I'm looking forward to keeping the Pixel 6a awhile (once the carrier flakiness that coincided with the move the other day settles down).
(Edit: Unless there comes out some local ML model that I want that needs more processing hardware.)
I didn't realize but 147g vs 207g makes for an enormous difference. Also 1-2mm in each dimension and now it can't fit my pockets anymore.

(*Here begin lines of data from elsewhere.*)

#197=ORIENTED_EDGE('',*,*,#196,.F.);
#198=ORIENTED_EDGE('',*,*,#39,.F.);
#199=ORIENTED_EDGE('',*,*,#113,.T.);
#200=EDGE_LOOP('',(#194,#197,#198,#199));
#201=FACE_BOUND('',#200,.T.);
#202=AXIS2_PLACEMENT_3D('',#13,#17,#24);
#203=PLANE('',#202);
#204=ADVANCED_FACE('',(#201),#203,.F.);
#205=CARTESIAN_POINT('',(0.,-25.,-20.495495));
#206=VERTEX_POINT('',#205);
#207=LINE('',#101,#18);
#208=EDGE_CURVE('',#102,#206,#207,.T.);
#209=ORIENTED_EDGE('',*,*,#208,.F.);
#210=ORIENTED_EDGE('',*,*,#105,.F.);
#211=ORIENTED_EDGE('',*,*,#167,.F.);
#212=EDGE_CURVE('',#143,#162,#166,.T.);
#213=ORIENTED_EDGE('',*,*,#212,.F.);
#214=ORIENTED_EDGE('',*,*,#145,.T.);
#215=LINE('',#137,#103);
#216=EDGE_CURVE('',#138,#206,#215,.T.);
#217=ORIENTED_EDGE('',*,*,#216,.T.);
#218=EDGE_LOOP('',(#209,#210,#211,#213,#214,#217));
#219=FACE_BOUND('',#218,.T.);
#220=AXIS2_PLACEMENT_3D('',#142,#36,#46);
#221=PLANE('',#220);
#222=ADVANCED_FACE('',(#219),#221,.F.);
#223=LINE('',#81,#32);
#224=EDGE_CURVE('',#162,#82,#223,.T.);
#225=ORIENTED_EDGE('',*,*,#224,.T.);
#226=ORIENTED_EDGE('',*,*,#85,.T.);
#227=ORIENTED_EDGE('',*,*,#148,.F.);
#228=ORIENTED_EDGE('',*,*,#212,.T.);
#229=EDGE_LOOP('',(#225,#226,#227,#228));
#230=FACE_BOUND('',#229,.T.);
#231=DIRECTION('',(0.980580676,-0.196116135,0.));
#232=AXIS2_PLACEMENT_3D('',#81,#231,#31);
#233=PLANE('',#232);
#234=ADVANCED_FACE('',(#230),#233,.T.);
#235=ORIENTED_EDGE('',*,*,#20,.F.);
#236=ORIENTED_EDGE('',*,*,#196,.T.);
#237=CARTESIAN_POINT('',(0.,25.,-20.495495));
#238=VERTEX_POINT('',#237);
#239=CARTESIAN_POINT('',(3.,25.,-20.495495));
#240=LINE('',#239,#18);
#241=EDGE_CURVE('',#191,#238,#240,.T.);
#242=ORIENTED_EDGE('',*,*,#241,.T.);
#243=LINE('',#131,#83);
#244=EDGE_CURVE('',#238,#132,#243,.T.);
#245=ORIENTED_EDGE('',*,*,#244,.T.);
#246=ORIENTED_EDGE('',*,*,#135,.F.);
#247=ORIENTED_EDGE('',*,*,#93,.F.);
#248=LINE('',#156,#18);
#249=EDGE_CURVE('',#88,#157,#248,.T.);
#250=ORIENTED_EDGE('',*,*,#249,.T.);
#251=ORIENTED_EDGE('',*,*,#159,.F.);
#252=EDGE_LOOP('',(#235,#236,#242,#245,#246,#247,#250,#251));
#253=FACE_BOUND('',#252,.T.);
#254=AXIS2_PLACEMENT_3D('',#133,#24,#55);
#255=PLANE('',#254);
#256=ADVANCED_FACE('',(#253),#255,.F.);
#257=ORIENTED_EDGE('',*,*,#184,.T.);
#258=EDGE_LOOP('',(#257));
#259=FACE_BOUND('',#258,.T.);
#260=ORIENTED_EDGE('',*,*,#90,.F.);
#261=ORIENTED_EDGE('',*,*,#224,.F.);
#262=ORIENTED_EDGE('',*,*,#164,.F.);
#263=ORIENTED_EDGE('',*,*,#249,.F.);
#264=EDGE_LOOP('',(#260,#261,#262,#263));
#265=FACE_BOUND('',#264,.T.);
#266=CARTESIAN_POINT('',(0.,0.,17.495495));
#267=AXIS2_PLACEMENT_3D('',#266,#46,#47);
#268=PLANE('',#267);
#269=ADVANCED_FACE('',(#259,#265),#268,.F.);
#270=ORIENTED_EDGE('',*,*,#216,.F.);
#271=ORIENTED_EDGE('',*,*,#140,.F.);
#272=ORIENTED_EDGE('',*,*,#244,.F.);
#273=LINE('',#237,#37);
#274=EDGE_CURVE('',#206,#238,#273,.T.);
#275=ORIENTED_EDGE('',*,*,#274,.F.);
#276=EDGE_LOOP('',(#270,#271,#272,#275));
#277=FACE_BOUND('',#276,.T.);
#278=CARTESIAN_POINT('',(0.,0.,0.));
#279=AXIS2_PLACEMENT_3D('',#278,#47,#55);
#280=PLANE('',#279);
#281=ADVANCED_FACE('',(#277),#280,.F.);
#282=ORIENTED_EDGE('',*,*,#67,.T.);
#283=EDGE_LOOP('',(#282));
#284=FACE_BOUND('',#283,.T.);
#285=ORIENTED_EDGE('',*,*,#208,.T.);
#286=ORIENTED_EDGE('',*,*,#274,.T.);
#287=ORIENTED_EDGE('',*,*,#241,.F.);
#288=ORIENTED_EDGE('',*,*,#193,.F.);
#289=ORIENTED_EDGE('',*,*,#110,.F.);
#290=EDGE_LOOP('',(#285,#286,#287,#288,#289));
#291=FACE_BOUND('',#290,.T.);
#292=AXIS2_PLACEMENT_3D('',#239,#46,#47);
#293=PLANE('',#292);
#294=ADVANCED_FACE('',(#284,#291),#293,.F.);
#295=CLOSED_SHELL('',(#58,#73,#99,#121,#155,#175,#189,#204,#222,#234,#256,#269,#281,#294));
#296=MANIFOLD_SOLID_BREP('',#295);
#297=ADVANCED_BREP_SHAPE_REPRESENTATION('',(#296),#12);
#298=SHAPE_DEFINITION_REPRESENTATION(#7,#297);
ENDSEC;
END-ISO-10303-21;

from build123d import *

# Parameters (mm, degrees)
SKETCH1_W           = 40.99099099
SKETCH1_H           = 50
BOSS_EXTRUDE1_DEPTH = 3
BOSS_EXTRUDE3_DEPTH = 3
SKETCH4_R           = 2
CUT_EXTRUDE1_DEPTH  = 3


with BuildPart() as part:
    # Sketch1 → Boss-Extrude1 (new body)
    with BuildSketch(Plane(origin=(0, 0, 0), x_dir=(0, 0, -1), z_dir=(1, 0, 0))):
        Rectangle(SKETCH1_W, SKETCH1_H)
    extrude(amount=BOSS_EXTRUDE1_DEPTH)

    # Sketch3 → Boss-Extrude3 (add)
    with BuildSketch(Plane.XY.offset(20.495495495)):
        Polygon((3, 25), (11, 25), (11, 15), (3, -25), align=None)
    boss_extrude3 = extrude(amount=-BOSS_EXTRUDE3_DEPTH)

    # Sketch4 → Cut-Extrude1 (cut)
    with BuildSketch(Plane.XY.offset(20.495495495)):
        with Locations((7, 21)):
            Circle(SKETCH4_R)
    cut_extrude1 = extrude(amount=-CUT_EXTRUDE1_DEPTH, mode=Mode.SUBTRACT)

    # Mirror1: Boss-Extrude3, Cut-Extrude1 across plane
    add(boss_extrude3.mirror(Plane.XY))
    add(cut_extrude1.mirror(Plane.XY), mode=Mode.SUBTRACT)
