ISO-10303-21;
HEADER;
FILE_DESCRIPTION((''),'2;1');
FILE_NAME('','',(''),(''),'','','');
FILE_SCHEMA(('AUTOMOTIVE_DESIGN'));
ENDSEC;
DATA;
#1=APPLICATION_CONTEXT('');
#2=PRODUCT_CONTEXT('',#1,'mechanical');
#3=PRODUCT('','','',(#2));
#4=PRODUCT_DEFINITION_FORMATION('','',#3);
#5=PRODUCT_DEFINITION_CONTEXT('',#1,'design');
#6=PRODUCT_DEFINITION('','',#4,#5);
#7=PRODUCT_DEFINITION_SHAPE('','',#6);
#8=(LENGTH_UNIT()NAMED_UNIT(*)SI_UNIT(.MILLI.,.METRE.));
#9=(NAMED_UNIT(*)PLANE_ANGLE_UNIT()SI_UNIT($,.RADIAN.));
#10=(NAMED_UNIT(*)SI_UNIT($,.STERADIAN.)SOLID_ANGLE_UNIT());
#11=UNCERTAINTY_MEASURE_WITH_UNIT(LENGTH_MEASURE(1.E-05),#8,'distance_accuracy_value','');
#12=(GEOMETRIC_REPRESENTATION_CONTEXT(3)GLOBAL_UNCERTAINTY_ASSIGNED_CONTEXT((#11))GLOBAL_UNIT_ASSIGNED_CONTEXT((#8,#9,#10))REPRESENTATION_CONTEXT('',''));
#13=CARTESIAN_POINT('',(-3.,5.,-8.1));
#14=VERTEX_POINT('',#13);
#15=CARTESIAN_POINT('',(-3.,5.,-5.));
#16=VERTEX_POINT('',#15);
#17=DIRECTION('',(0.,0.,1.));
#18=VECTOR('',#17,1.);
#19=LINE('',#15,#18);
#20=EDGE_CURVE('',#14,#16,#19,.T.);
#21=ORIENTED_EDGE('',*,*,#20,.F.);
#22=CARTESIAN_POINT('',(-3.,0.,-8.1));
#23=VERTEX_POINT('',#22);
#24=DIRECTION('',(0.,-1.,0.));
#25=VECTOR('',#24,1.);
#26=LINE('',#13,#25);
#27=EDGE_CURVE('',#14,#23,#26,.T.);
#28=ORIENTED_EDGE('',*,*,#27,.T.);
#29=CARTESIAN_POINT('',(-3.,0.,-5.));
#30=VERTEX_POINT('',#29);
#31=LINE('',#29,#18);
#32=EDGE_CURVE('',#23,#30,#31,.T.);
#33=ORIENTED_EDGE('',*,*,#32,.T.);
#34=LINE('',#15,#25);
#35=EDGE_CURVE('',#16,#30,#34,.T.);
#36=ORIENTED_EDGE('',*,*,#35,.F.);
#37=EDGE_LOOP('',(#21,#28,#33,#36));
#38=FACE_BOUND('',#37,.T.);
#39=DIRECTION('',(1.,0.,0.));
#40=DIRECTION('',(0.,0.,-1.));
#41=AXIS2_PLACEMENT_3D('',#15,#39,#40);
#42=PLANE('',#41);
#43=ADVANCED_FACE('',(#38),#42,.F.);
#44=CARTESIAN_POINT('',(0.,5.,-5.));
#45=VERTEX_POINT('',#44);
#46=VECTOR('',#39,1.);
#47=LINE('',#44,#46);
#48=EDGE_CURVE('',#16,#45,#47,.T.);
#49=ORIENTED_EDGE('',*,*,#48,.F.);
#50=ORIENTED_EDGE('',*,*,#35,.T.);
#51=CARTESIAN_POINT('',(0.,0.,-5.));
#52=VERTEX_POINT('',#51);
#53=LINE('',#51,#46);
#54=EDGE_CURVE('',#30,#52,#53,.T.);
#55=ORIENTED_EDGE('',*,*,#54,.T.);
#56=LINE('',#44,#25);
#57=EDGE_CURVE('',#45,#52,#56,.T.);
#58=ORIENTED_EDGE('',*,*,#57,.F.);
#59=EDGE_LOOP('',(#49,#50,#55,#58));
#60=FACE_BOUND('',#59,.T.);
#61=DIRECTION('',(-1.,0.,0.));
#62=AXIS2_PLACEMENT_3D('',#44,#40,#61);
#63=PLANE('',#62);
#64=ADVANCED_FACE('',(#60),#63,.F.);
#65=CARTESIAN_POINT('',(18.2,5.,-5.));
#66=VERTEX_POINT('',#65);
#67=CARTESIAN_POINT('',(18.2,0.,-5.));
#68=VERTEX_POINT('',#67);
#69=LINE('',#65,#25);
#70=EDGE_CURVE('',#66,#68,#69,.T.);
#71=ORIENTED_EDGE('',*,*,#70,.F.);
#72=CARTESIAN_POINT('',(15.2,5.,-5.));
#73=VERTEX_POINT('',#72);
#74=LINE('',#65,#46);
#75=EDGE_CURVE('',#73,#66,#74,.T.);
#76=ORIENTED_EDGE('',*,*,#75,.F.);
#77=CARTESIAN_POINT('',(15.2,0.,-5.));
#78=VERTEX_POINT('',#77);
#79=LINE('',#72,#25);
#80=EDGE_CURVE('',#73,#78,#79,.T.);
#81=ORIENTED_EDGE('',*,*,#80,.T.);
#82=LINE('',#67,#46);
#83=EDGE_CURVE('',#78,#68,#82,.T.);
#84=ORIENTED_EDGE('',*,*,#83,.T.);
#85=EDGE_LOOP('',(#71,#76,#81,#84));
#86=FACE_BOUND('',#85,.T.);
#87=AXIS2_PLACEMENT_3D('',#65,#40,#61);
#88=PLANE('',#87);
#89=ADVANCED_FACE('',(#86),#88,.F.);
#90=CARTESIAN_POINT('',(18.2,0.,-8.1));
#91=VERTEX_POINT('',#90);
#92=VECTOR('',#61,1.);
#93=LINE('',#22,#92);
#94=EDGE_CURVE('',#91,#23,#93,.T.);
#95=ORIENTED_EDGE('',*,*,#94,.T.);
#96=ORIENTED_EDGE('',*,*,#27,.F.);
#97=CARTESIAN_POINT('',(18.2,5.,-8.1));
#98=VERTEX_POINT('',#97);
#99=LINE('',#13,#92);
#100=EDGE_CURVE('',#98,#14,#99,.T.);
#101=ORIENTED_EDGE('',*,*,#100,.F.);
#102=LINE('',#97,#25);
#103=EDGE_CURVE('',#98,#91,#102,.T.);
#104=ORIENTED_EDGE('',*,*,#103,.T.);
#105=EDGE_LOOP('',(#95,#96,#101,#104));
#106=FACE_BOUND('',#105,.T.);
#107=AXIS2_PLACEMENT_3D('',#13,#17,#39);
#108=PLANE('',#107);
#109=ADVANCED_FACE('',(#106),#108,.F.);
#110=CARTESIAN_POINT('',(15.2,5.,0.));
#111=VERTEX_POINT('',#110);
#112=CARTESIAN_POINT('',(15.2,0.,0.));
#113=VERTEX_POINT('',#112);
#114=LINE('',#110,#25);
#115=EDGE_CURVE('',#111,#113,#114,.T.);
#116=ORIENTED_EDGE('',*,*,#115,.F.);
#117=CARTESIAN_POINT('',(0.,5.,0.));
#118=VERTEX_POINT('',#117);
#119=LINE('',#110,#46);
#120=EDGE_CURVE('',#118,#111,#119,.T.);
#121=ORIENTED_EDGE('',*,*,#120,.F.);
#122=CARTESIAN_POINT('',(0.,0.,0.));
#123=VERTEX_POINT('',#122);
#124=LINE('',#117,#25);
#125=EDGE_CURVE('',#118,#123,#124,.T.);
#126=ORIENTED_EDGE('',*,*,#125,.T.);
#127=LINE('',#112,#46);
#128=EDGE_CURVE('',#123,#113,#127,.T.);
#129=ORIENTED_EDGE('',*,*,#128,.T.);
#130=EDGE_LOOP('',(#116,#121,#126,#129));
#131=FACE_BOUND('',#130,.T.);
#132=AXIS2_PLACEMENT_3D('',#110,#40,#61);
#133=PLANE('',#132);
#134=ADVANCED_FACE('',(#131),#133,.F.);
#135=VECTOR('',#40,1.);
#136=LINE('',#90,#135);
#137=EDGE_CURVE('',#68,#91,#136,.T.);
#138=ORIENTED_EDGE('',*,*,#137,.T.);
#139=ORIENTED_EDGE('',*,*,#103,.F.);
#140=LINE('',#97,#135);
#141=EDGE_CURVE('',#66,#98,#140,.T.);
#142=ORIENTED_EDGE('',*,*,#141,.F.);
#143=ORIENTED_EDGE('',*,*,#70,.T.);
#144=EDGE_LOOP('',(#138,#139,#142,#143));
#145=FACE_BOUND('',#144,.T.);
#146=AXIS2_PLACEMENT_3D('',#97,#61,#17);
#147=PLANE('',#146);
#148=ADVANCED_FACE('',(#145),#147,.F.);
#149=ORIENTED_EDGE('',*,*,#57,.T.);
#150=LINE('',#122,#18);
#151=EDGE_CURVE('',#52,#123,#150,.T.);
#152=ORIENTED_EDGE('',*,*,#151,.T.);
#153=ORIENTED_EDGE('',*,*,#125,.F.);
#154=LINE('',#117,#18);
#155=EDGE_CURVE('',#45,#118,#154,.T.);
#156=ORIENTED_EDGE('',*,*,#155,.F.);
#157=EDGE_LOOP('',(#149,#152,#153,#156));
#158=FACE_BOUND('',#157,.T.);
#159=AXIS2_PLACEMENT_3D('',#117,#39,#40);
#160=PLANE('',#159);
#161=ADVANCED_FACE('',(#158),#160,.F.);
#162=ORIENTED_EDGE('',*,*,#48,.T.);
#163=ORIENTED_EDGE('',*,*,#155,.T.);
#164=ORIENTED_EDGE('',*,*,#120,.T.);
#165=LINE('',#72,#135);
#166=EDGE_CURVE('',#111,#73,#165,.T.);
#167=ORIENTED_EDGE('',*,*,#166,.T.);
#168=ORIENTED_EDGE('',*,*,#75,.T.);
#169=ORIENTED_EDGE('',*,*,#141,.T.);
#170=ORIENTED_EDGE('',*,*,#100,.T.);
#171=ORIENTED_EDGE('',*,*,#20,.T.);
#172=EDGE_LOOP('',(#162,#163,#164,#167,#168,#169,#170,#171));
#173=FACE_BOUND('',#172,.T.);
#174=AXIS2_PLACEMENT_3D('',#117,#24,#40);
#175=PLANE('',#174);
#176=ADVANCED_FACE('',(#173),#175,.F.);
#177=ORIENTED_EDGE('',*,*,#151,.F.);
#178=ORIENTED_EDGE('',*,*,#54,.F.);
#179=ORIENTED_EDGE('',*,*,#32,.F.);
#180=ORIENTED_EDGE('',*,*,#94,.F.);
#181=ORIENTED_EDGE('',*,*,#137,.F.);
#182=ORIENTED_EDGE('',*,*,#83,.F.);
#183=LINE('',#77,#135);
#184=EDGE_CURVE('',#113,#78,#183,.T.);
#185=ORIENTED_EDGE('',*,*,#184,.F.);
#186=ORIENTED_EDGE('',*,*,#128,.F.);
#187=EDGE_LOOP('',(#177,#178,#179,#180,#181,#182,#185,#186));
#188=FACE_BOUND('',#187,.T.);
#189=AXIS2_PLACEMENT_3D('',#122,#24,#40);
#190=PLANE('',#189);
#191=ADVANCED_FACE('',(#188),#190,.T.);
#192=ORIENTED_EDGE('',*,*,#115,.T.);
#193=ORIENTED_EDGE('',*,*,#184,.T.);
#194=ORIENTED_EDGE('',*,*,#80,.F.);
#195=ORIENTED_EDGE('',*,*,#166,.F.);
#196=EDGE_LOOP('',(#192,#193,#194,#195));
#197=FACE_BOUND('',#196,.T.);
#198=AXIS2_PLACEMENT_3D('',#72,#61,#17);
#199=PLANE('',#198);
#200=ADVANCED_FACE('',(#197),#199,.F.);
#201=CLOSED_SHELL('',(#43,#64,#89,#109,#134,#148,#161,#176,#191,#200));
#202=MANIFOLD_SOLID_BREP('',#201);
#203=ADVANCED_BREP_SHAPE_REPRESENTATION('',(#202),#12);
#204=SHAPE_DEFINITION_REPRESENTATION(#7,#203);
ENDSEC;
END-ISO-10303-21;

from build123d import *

# Parameters (mm, degrees)
EXTRUDE_2_DEPTH = 5


with BuildPart() as part:
    # 草图2 → 凸台-拉伸2 (new body)
    with BuildSketch(Plane(origin=(0, 0, 0), x_dir=(1, 0, 0), z_dir=(0, 1, 0))):
        Polygon((0, 0), (0, 5), (-3, 5), (-3, 8.1), (18.2, 8.1), (18.2, 5), (15.2, 5), (15.2, 0), align=None)
    extrude(amount=EXTRUDE_2_DEPTH)


solid = part.part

However, Call Screening is now available on iOS 17 (called Live Voicemail)
I've purchased my first iPhone as of a few days ago now that they have that... I'll miss Hold for me, but it's not enough to stop me from the Pixel bugs/hardware issues I've been experiencing. The iPhone 15 is amazing so far!
One thing that's been holding me back, though, is notification management. I love the little app icons at the top and the pull down shade and such. I don't have that much experience with iOS, but it seems notifications work fairly differently. Has that been an issue for you?
The nice thing is this is on everything that runs ios17, instead of just the latest. Android seems to unnecessarily silo special features into just pixel phones for no apparent hardware reason. Often times you can sideload (with root access typically) the special pixel only features on any phone.
Nothing yet to compare to hold for me, but I wouldn't be surprised if it was coming soon.
Not really. For one, the caller knows that there's someone on the other end reading it live, as opposed to live voicemail where you don't know whether your message will be seen immediately or whenever the other person decides to check their voicemails. Also call screening allows you to prompt follow up questions which you can't do with live voicemail.
On a side note a younger kid in family used this unix tool called "sed" and asked me if such advanced tools existed during "my time". I told her I was not born even after 10 years had passed since its invention.
Together with the EU's replaceable battery law, this is a good step in that direction.
Unfortunately it pushes against planned obsolescence which makes companies more money, so we'll see how long the promise of updates lasts...
They’ve had the opportunity for I provide security updates for their old pixels for years but chose not too. So this is just marketing fluff to get a few more sales…
And in typical Google style after 3 years they’ll say “yeh… about those 7 years, we really meant 3”
Pixel pass anyone?
However, the alleged leaked specs for the Pixel 8 explicitly state "7 years of OS and security updates" [2], so I think they do actually intend on 7 years of major Android version updates.
[1] https://www.theverge.com/2021/10/19/22735485/google-pixel-6-...
[2] https://www.91mobiles.com/hub/google-pixel-8-pro-specificati...
And it's usually cheap, they drop fast in price, but the 8 is really expensive for some reason, lets hope it follows the same trend and just drops in price.
Something no other phones can't do, certianly not your blackbox iphone(even if apples marketing says otherwise.)
If I wasn't such a fan of GrapheneOS, I would have ditched Pixel so fast.
1. Google needs to build up the reputation that they support phones for 7 years, currently there is no device from them that was ever supported that long.
2. Pixels are not officially sold in my country, even though I am from the European Union. I need to buy from a 3rd party with at least 50% markup and dubious support.
3. Even if I were to buy a Pixel phone, 50% of the differentiating features are not available in my country (or barely any country outside of the US) - like call screening, hold for me, book me a reservation (I forgot the name of this feature).
IoT crap is a different story, though. Then again, I don't think there's a single IoT vendor that I trust to provide security updates for a normal amount of time.